- [WHAT YOU ARE ASKED TO DO]
Lines in the listing below containing the string "PRIVATE" are to be identified and copied.

....

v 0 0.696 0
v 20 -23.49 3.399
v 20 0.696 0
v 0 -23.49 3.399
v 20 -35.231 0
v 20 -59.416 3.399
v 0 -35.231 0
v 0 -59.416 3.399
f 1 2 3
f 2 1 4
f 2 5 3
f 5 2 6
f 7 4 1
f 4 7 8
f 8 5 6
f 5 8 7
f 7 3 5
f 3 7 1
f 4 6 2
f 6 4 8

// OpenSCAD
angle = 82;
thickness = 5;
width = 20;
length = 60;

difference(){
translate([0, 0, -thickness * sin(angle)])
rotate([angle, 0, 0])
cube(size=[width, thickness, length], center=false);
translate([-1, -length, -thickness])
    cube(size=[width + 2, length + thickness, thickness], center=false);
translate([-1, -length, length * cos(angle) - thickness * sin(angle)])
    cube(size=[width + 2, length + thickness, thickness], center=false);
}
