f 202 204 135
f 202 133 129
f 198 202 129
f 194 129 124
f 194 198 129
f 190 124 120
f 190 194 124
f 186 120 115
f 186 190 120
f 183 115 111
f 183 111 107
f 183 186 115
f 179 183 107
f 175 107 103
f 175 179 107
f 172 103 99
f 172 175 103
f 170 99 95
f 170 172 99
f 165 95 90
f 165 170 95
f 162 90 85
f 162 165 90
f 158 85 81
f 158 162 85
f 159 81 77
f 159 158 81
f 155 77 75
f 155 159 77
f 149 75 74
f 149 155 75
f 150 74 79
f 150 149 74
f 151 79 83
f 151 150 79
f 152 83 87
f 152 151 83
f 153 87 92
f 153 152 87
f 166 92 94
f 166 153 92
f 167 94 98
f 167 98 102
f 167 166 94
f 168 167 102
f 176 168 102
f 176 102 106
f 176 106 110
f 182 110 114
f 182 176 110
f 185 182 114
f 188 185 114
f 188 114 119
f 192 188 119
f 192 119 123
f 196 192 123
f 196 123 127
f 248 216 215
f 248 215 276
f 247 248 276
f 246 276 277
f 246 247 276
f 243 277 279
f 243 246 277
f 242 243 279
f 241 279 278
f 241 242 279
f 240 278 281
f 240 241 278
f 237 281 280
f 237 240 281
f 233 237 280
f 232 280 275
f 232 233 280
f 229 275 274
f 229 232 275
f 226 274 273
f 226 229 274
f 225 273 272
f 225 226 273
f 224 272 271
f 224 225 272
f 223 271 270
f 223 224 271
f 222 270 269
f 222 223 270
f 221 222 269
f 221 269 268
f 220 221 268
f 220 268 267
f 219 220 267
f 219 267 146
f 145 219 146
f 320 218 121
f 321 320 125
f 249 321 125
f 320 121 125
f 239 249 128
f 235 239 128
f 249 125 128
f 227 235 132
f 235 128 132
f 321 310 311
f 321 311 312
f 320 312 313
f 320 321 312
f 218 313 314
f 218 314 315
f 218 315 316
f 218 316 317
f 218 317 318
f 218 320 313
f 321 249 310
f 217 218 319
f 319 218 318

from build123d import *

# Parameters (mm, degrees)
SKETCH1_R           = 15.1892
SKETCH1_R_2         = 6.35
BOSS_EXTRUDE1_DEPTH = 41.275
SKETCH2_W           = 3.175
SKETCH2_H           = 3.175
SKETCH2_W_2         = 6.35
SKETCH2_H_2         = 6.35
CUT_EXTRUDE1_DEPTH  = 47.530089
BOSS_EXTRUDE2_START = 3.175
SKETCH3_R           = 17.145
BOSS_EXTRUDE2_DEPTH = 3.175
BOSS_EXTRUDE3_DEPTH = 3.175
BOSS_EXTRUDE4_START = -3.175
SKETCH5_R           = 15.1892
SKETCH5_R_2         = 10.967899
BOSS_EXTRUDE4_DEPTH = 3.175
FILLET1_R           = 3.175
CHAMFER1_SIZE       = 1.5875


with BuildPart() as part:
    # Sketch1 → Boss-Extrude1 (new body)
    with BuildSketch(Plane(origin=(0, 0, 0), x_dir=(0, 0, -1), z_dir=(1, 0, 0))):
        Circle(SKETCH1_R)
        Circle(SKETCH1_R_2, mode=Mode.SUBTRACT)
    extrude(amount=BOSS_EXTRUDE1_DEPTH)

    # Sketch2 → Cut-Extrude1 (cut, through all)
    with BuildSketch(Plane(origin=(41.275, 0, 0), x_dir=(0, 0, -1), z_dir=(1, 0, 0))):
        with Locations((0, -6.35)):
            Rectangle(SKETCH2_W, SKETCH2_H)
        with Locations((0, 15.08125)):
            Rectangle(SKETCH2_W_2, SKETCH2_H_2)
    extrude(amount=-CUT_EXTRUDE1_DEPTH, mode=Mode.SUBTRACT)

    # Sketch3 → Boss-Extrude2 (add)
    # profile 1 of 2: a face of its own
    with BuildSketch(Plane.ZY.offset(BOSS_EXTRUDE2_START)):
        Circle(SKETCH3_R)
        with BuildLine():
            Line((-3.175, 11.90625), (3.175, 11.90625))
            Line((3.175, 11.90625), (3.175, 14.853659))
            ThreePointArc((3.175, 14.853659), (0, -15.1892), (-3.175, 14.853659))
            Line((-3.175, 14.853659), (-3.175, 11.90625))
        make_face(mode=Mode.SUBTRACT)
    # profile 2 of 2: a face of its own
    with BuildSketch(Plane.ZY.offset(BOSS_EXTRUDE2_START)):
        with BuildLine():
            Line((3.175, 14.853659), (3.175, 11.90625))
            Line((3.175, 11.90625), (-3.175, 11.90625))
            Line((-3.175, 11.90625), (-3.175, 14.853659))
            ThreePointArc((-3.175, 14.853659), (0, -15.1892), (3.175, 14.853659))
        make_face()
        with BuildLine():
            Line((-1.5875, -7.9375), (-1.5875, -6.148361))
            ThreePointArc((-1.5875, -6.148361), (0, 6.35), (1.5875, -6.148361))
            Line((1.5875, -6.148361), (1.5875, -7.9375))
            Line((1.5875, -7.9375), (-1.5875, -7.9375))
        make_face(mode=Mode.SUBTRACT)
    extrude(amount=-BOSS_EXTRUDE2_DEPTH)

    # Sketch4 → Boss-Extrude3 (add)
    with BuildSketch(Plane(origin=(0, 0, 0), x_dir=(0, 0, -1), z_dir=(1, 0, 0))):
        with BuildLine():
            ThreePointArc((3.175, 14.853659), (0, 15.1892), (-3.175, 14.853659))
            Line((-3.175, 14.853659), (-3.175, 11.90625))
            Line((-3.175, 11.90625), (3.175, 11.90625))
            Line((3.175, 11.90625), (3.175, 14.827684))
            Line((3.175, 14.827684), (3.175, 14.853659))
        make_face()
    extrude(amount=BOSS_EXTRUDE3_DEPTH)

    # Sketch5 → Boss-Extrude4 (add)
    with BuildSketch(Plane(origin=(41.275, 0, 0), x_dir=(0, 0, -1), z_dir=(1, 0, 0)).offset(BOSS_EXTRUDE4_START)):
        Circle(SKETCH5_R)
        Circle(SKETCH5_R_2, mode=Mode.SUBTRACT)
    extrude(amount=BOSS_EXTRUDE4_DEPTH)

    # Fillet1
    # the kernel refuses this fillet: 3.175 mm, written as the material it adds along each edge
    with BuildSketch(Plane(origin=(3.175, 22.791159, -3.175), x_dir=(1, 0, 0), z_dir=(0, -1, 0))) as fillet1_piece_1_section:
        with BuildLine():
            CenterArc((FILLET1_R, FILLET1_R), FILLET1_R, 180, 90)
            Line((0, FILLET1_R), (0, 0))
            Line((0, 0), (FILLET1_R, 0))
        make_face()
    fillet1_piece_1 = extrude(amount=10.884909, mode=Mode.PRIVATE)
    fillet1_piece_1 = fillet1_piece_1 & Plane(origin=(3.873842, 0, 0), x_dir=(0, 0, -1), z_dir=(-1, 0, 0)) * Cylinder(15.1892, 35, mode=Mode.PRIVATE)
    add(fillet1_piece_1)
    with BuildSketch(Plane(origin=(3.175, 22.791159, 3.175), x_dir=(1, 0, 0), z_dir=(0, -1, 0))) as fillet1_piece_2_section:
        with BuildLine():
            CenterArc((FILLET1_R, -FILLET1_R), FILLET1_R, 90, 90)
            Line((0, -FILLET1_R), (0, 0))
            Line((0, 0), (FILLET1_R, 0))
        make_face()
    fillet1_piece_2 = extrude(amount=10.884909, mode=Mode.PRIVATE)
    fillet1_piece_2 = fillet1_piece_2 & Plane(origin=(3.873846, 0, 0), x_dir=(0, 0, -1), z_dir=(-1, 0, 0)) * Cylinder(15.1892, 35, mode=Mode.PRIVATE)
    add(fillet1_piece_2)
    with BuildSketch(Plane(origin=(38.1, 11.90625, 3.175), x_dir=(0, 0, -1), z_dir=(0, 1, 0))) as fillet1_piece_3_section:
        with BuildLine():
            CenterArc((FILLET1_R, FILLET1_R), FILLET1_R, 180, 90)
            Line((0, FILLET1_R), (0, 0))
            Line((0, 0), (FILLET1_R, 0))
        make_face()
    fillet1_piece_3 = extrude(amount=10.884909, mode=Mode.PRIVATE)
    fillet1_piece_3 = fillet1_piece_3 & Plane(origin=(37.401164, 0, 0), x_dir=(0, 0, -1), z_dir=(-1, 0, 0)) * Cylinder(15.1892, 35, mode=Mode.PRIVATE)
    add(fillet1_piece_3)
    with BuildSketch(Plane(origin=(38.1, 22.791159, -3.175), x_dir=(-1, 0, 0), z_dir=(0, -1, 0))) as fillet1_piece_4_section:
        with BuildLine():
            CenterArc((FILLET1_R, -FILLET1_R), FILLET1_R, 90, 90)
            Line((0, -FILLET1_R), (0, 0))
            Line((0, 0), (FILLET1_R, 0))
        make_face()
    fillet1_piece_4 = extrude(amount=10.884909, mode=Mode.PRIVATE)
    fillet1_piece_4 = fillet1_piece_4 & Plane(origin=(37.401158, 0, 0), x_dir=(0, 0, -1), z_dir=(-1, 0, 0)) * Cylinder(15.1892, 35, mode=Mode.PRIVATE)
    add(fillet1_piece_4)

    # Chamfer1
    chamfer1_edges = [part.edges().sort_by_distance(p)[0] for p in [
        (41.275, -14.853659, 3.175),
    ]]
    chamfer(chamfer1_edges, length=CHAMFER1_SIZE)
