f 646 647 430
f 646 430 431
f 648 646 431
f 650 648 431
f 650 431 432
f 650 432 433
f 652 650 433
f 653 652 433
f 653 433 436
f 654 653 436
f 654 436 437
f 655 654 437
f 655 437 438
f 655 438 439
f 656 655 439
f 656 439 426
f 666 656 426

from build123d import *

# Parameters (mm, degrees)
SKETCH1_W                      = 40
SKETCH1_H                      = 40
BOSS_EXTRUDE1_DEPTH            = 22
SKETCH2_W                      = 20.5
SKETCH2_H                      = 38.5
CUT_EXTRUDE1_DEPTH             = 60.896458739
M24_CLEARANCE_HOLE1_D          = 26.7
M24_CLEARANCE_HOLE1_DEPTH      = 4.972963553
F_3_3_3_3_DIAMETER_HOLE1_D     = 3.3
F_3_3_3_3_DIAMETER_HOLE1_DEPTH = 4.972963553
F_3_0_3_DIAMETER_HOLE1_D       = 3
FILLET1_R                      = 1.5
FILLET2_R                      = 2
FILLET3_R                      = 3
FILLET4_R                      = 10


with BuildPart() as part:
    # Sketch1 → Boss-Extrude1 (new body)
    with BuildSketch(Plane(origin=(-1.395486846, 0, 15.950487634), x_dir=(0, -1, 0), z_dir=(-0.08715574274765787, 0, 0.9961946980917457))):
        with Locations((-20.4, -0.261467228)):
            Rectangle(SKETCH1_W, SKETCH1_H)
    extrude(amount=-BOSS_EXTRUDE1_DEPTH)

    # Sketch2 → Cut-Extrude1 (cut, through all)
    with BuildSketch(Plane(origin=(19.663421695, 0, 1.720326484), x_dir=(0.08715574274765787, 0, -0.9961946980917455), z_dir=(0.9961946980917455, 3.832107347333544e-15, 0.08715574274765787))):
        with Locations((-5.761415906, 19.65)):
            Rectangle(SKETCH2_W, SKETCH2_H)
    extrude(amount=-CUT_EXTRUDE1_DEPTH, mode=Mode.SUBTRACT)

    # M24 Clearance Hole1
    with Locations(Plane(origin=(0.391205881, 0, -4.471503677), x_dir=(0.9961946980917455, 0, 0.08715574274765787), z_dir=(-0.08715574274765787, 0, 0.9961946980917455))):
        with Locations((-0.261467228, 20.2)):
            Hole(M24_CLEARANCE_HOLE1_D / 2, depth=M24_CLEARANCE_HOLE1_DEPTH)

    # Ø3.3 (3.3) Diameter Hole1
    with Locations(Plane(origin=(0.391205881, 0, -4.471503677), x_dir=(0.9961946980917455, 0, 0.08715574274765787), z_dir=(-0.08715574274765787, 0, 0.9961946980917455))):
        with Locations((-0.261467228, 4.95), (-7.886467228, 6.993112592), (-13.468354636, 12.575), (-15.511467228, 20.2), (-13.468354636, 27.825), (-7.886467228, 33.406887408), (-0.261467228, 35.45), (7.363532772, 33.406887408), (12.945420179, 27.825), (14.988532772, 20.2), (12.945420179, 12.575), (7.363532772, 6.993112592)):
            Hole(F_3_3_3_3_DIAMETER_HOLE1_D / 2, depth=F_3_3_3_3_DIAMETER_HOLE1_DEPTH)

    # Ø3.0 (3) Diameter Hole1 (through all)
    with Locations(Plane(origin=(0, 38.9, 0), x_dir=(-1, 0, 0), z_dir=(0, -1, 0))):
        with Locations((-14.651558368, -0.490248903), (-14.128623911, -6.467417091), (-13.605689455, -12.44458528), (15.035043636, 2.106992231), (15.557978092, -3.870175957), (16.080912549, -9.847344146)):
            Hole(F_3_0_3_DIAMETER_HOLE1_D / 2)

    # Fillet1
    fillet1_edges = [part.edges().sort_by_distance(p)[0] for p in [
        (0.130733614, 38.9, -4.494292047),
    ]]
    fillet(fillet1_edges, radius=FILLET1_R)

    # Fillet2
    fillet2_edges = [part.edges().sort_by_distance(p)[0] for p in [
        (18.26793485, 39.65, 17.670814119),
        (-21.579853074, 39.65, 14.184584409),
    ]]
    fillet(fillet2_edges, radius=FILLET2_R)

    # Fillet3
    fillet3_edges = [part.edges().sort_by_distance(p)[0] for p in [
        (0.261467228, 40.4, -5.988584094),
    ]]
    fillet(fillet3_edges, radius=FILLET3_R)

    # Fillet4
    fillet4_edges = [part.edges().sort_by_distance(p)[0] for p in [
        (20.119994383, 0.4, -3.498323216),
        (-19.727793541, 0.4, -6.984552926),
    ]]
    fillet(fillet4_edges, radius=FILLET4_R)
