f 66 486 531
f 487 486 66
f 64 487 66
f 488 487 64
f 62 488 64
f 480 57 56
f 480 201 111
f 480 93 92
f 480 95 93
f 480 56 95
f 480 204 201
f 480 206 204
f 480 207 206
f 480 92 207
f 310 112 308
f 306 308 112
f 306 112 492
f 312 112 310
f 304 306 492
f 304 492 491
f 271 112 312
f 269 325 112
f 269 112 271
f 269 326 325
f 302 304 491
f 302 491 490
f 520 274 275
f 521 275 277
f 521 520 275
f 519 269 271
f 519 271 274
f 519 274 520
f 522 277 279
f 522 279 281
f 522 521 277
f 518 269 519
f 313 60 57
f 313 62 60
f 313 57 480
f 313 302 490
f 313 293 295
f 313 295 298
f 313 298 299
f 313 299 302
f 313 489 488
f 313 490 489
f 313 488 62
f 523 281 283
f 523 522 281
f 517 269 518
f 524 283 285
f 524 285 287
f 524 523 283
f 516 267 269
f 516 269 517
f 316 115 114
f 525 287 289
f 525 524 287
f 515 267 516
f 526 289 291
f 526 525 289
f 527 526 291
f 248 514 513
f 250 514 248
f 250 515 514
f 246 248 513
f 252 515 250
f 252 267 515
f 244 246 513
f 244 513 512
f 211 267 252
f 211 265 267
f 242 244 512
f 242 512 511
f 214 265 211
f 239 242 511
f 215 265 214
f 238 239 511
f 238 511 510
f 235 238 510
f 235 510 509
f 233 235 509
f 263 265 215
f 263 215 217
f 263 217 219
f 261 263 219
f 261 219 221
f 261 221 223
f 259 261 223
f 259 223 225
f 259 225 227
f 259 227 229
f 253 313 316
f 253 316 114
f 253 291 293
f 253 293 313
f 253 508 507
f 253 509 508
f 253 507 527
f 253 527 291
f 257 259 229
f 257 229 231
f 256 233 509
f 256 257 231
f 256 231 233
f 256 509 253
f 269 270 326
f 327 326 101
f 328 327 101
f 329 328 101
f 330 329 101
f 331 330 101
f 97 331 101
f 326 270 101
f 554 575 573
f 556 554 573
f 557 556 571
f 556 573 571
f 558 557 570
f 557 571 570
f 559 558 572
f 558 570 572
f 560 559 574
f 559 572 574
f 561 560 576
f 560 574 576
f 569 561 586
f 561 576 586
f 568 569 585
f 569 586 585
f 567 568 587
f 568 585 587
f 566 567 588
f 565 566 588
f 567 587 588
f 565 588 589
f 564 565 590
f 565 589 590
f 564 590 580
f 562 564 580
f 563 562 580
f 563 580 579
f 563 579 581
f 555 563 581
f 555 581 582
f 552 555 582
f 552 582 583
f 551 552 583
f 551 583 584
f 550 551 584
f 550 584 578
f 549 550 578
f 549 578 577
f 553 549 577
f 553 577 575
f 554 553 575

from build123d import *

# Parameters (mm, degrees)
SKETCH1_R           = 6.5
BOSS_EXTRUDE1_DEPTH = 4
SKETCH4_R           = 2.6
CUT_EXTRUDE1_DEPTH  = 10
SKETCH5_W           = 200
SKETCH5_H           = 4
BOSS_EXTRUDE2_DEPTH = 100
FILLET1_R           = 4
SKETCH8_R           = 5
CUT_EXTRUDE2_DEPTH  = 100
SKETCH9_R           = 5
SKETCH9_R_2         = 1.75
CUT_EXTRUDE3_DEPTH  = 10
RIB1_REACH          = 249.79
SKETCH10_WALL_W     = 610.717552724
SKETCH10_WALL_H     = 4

....

- [ANSWER]
    fillet1_piece_1 = extrude(amount=10.884909, mode=Mode.PRIVATE)
    fillet1_piece_1 = fillet1_piece_1 & Plane(origin=(3.873842, 0, 0), x_dir=(0, 0, -1), z_dir=(-1, 0, 0)) * Cylinder(15.1892, 35, mode=Mode.PRIVATE)
    fillet1_piece_2 = extrude(amount=10.884909, mode=Mode.PRIVATE)
    fillet1_piece_2 = fillet1_piece_2 & Plane(origin=(3.873846, 0, 0), x_dir=(0, 0, -1), z_dir=(-1, 0, 0)) * Cylinder(15.1892, 35, mode=Mode.PRIVATE)
    fillet1_piece_3 = extrude(amount=10.884909, mode=Mode.PRIVATE)
    fillet1_piece_3 = fillet1_piece_3 & Plane(origin=(37.401164, 0, 0), x_dir=(0, 0, -1), z_dir=(-1, 0, 0)) * Cylinder(15.1892, 35, mode=Mode.PRIVATE)
    fillet1_piece_4 = extrude(amount=10.884909, mode=Mode.PRIVATE)
    fillet1_piece_4 = fillet1_piece_4 & Plane(origin=(37.401158, 0, 0), x_dir=(0, 0, -1), z_dir=(-1, 0, 0)) * Cylinder(15.1892, 35, mode=Mode.PRIVATE)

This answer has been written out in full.